(Material provided begins)

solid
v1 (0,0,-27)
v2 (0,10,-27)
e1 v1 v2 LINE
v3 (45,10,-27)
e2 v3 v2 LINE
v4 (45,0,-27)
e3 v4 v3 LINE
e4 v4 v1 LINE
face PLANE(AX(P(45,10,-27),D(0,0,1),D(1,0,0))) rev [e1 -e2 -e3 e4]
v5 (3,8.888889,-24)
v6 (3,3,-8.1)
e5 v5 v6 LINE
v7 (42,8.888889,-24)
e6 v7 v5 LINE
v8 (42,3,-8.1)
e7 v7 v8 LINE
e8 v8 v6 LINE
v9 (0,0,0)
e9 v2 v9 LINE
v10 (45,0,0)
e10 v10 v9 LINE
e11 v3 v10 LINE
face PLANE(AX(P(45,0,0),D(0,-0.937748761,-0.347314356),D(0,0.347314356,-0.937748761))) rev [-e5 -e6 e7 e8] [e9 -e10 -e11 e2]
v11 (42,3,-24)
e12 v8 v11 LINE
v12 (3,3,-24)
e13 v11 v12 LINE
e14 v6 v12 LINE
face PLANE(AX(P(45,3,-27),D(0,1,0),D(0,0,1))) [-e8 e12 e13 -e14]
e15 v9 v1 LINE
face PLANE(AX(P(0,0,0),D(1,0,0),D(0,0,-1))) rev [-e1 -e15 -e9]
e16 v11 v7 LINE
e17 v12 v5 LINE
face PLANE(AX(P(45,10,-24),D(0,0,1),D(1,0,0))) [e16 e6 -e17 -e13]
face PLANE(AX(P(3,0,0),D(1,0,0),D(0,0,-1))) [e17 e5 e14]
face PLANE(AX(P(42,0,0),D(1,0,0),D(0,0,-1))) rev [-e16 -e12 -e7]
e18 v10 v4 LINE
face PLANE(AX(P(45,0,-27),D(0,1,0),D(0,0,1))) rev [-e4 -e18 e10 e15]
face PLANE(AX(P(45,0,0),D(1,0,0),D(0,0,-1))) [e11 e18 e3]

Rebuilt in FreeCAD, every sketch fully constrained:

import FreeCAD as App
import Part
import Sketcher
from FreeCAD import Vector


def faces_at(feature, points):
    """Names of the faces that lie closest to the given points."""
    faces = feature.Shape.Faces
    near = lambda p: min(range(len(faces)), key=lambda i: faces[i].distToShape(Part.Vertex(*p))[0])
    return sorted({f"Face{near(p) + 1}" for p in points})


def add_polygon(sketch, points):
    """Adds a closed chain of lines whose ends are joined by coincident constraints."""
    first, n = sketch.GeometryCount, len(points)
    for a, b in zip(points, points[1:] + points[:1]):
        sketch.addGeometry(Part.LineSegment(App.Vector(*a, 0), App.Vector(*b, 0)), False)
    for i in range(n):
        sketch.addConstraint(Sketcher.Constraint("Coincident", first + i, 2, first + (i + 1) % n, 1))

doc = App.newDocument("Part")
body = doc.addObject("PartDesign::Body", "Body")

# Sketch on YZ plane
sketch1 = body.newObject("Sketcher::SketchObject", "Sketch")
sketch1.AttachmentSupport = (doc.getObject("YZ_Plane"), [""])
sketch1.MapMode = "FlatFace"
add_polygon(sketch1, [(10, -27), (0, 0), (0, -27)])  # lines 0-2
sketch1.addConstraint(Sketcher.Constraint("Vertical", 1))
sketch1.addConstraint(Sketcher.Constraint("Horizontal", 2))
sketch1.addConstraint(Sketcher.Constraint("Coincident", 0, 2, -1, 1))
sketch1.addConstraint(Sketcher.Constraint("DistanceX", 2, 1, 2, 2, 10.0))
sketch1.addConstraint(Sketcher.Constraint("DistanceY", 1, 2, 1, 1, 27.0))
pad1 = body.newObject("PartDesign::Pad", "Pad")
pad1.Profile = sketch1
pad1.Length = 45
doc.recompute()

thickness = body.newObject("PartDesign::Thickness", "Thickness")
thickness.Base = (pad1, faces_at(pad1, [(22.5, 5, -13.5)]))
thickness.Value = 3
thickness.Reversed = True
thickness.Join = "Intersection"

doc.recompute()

(Material provided ends)

* [What you are asked to do] From the first line of the data above to the line containing "e11 v3 v10 LINE", repeat everything exactly and add nothing.

* [Exercise response]
solid
v1 (0,0,-27)
v2 (0,10,-27)
e1 v1 v2 LINE
v3 (45,10,-27)
e2 v3 v2 LINE
v4 (45,0,-27)
e3 v4 v3 LINE
e4 v4 v1 LINE
face PLANE(AX(P(45,10,-27),D(0,0,1),D(1,0,0))) rev [e1 -e2 -e3 e4]
v5 (3,8.888889,-24)
v6 (3,3,-8.1)
e5 v5 v6 LINE
v7 (42,8.888889,-24)
e6 v7 v5 LINE
v8 (42,3,-8.1)
e7 v7 v8 LINE
e8 v8 v6 LINE
v9 (0,0,0)
e9 v2 v9 LINE
v10 (45,0,0)
e10 v10 v9 LINE
e11 v3 v10 LINE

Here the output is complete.